The oriented graded poset presentation of $\omega$-categories has one advantage: the Gray product of these has a beautiful, concise presentation, so in the 2004 paper Steiner set out to use this to obtain a new definition of the Gray product of $\omega$-categories (the previous best one, from a 2001 paper by Steiner with Al-Agl and Brown, was even more indirect, going through the equivalence of “globular” with “cubical” $\omega$-categories).

However, to extend the Gray product of oriented posets to $\omega$-categories using Day's theory, he needed a dense functor, therefore a full one. Now functions of these oriented posets could not be enough, because these become functors that send generators to generators; what was missing was the ability to send a generator to a composite of generators.

So what he did was pass from “oriented graded posets” to the “free graded abelian groups” on them, so that the natural notion of morphism between them could send a generator to a sum of generators.

The oriented covering relation of a poset, which could be given as a pair of functions $\Delta^-, \Delta^+: P_n \to \mathcal{P}(P_{n-1})$ sending a rank $n$ element to the sets of its rank $(n-1)$ source, resp. target faces, can then be expressed as a pair of functions $d^-, d^+: \mathbb{Z}P_n \to \mathbb{Z}P_{n-1}$ sending a generator to the sum of its source, resp. target faces; and it turns out that setting $d := d^+ - d^-$ in each grade makes the free graded abelian groups into chain complexes.

Essentially all the additional structure & properties (the “chosen submonoid”, the unital basis, etc.) of ADCs are there to characterise those that arise as free graded abelian groups on the oriented graded posets from the earlier papers.
So in brief:

• the “oriented graded posets” are the “right objects”;
• chain complexes have the “right morphisms”;
• all the extra stuff on chain complexes is there to identify the ones that arise from the “right objects” as free graded abelian groups.

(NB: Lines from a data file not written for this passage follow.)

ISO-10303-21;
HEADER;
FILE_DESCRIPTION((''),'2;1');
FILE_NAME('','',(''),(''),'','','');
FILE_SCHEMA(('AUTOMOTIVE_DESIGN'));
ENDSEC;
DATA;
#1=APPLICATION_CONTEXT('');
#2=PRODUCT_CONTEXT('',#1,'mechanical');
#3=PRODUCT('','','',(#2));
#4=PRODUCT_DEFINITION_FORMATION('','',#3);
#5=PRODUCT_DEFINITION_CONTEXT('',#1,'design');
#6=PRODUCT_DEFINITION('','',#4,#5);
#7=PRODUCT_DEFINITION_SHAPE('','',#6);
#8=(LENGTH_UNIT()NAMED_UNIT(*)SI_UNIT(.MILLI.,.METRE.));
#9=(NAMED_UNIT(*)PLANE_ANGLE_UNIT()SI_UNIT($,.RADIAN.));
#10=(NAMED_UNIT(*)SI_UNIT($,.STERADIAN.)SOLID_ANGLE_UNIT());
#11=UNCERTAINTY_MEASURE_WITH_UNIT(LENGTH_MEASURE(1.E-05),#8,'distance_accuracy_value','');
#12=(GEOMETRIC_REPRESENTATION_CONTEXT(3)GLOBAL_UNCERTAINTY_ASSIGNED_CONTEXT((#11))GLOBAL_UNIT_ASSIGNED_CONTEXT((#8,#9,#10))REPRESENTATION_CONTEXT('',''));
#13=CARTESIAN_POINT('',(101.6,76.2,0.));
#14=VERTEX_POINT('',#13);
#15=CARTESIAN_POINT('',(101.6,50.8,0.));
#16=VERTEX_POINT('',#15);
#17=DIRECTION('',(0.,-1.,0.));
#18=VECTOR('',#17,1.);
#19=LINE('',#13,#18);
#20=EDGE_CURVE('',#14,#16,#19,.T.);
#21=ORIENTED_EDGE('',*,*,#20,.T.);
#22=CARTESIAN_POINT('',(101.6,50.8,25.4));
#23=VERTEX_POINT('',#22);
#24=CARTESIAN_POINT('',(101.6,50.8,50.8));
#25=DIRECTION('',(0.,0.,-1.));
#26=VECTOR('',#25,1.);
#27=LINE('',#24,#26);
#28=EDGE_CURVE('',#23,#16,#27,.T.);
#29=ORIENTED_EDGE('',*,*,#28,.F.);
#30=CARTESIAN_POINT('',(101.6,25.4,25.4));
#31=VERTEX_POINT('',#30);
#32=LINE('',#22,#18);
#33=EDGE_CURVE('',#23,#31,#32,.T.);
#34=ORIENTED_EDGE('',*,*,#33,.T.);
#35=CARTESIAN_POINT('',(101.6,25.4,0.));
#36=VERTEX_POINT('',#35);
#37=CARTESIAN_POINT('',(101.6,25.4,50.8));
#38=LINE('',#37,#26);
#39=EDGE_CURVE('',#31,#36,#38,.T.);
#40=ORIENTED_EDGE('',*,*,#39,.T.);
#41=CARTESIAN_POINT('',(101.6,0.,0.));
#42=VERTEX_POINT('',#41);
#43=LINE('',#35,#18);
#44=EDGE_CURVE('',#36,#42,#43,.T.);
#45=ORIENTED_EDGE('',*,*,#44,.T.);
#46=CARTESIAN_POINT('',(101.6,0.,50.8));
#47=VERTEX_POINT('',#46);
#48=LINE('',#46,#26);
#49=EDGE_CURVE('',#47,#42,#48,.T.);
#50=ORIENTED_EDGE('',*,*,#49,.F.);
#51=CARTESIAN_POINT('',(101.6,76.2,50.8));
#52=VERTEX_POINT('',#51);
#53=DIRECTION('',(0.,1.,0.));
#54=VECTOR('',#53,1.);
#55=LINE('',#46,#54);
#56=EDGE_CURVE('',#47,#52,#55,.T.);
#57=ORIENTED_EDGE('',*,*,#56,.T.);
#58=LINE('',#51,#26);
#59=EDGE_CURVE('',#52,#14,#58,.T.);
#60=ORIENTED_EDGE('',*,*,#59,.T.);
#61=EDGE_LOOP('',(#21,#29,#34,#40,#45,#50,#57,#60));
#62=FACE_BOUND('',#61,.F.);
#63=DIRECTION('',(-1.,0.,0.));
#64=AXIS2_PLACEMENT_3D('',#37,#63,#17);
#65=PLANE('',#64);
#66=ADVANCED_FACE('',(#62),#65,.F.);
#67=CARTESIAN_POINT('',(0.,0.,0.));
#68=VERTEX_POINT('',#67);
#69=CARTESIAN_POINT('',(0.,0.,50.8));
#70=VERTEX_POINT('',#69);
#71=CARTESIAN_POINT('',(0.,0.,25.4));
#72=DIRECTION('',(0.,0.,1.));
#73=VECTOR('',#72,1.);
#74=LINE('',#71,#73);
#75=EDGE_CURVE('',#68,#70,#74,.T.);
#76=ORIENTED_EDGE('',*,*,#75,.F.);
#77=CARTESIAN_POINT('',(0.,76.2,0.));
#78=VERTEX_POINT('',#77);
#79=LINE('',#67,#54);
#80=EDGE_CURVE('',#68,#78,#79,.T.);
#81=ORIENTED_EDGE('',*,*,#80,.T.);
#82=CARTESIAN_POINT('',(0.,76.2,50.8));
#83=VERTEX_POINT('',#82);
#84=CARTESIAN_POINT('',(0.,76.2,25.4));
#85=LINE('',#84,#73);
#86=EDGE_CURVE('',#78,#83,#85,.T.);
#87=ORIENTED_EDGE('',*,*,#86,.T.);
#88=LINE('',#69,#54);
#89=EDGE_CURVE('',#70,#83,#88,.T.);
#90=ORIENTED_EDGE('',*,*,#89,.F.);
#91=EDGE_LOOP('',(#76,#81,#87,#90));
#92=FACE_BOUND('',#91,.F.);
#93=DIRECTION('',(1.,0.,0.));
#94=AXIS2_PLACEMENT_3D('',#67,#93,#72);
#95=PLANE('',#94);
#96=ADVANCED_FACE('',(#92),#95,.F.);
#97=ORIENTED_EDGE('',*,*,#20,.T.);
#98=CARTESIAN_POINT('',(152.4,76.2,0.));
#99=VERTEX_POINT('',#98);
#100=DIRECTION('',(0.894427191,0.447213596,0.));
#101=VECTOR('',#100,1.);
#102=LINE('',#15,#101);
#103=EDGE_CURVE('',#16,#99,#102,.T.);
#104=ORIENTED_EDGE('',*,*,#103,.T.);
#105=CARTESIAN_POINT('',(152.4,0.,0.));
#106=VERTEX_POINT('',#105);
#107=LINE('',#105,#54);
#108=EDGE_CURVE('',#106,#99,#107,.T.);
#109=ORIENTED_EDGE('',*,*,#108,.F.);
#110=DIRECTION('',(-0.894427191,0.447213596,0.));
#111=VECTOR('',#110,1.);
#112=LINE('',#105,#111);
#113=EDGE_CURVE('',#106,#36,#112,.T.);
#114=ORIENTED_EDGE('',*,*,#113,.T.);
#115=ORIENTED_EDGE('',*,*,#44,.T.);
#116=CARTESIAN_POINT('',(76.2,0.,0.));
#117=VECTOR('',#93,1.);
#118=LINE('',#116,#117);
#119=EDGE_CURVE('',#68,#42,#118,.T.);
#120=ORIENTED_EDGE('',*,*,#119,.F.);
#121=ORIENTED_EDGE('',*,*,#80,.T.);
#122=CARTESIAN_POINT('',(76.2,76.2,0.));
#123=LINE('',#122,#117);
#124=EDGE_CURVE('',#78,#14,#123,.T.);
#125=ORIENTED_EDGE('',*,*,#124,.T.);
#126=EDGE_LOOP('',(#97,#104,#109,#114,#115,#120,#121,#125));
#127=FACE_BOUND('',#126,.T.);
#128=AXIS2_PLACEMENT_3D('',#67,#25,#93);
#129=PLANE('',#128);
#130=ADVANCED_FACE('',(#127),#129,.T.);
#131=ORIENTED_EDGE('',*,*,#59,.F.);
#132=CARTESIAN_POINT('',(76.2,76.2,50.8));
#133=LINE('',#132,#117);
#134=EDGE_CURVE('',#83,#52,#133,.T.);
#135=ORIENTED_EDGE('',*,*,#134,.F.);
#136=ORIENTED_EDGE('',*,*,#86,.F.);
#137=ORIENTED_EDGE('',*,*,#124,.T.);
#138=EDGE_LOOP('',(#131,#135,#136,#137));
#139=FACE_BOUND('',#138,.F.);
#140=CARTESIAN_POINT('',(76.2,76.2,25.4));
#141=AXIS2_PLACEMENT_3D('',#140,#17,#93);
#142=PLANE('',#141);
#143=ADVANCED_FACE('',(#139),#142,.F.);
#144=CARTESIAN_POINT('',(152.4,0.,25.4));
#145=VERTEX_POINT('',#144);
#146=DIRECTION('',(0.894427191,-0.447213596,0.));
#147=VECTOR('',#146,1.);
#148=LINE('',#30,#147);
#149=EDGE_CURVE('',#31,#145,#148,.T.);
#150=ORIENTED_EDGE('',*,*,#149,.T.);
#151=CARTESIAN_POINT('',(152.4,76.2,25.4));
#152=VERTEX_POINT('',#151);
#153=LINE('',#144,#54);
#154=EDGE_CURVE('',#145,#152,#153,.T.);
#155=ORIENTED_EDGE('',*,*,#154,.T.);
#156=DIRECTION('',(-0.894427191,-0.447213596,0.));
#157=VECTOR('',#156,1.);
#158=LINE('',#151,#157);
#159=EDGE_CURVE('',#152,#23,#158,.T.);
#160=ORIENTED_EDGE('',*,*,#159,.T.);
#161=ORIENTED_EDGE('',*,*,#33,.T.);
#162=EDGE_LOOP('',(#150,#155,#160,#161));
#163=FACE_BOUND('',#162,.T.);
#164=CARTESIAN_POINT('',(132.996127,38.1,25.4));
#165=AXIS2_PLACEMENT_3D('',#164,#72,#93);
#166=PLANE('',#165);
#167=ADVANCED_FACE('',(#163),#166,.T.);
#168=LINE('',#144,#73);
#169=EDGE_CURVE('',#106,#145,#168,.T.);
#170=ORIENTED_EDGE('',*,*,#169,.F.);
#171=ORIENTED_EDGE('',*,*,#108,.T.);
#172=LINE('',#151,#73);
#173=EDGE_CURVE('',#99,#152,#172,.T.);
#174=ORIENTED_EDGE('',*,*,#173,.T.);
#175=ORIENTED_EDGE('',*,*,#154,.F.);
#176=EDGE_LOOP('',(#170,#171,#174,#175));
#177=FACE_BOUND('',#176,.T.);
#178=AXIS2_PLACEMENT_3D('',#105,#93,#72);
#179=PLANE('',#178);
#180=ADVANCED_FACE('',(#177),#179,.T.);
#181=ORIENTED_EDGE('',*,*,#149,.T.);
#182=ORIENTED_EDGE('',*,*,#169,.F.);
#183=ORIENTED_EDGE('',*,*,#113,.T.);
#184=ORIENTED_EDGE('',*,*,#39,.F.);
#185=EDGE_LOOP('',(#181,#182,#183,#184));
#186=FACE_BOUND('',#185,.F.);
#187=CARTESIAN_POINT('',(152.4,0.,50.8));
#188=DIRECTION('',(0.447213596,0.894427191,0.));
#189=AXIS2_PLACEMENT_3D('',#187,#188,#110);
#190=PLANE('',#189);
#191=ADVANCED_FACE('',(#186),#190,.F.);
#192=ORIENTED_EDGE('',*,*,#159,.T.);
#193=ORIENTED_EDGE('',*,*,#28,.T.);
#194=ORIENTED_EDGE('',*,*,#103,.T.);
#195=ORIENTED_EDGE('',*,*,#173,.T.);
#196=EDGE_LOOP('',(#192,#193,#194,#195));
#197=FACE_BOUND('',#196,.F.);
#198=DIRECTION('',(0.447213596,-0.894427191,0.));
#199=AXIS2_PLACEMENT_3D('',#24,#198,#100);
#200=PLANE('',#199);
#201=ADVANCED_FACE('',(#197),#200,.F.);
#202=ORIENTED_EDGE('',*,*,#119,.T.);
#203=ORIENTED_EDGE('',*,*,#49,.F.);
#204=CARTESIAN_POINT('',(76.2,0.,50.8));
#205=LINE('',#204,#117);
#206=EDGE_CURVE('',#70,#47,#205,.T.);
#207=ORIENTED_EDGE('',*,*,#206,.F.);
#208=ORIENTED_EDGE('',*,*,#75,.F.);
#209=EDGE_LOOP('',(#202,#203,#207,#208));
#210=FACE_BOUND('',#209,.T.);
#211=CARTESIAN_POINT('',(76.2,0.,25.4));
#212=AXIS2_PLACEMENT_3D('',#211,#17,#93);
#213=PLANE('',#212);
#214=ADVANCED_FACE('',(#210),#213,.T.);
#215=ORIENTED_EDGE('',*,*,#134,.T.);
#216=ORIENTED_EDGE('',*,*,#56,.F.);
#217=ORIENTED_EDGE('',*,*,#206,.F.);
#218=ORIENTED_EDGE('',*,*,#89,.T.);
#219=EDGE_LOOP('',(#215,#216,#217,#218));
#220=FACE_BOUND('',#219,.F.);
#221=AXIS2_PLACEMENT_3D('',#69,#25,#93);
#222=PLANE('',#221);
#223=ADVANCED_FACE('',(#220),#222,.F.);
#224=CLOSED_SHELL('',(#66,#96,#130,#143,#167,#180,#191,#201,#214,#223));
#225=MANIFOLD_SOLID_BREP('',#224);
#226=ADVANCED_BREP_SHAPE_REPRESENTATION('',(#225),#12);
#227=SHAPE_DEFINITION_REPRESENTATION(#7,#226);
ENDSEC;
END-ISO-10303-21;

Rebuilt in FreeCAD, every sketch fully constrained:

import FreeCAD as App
import Part
import Sketcher

V = App.Vector
Q = App.Units.Quantity

doc = App.newDocument("Part")
body = doc.addObject("PartDesign::Body", "Body")

# Sketch on XZ plane
sketch1 = body.newObject("Sketcher::SketchObject", "Sketch")
sketch1.AttachmentSupport = (doc.getObject("XZ_Plane"), [""])
sketch1.MapMode = "FlatFace"
sketch1.addGeometry(Part.LineSegment(V(0, 51, 0), V(0, 0, 0)), False)
sketch1.addGeometry(Part.LineSegment(V(0, 0, 0), V(152, 0, 0)), False)
sketch1.addGeometry(Part.LineSegment(V(152, 0, 0), V(152, 51, 0)), False)
sketch1.addGeometry(Part.LineSegment(V(152, 51, 0), V(0, 51, 0)), False)
sketch1.addConstraint(Sketcher.Constraint("Coincident", 0, 2, 1, 1))
sketch1.addConstraint(Sketcher.Constraint("Coincident", 1, 2, 2, 1))
sketch1.addConstraint(Sketcher.Constraint("Coincident", 2, 2, 3, 1))
sketch1.addConstraint(Sketcher.Constraint("Coincident", 3, 2, 0, 1))
sketch1.addConstraint(Sketcher.Constraint("Vertical", 0))
sketch1.addConstraint(Sketcher.Constraint("Horizontal", 1))
sketch1.addConstraint(Sketcher.Constraint("Vertical", 2))
sketch1.addConstraint(Sketcher.Constraint("Horizontal", 3))
sketch1.addConstraint(Sketcher.Constraint("Coincident", 0, 2, -1, 1))
sketch1.addConstraint(Sketcher.Constraint("DistanceX", 1, 1, 1, 2, Q("6 in")))
sketch1.addConstraint(Sketcher.Constraint("DistanceY", 0, 2, 0, 1, Q("2 in")))
pad1 = body.newObject("PartDesign::Pad", "Pad")
pad1.Profile = sketch1
pad1.Length = Q("3 in")
pad1.Reversed = True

Amar Hadzihasanovic (Apr 14 2022 at 17:16):

(I should specify that “oriented graded poset” is my own terminology from my papers developing on this work and is not how Steiner called them)

Tim Campion (Apr 15 2022 at 04:35):

@Amar Hadzihasanovic Thanks, this is some fantastic context! I will need some time to digest it.

Tim Campion (Apr 15 2022 at 04:36):

I'm really amazed by how well-adapted ADC's are particularly in the context of the Gray tensor product

Tim Campion (Apr 15 2022 at 04:37):

Steiner shows that on a dense subcategory of ADC's, the equivalence to a dense subcategory of $\omega$-categories is not only fully faithful, but monoidal, and not only monoidal, but also preserves internal homs!

Tim Campion (Apr 15 2022 at 04:38):

I really don't know many nontrivial examples of functors which preserve both a monoidal product and the internal hom!

Tim Campion (Apr 15 2022 at 04:40):

Also, to be precise, chain complexes don't quite have the right morphisms -- you need the monoids of positive elements to get this, right?

Amar Hadzihasanovic (Apr 15 2022 at 06:02):

Yes, that's right. Indeed passing to free graded commutative monoids would be enough to get the "missing" morphisms but then you wouldn't get all the nice structure of chain complexes.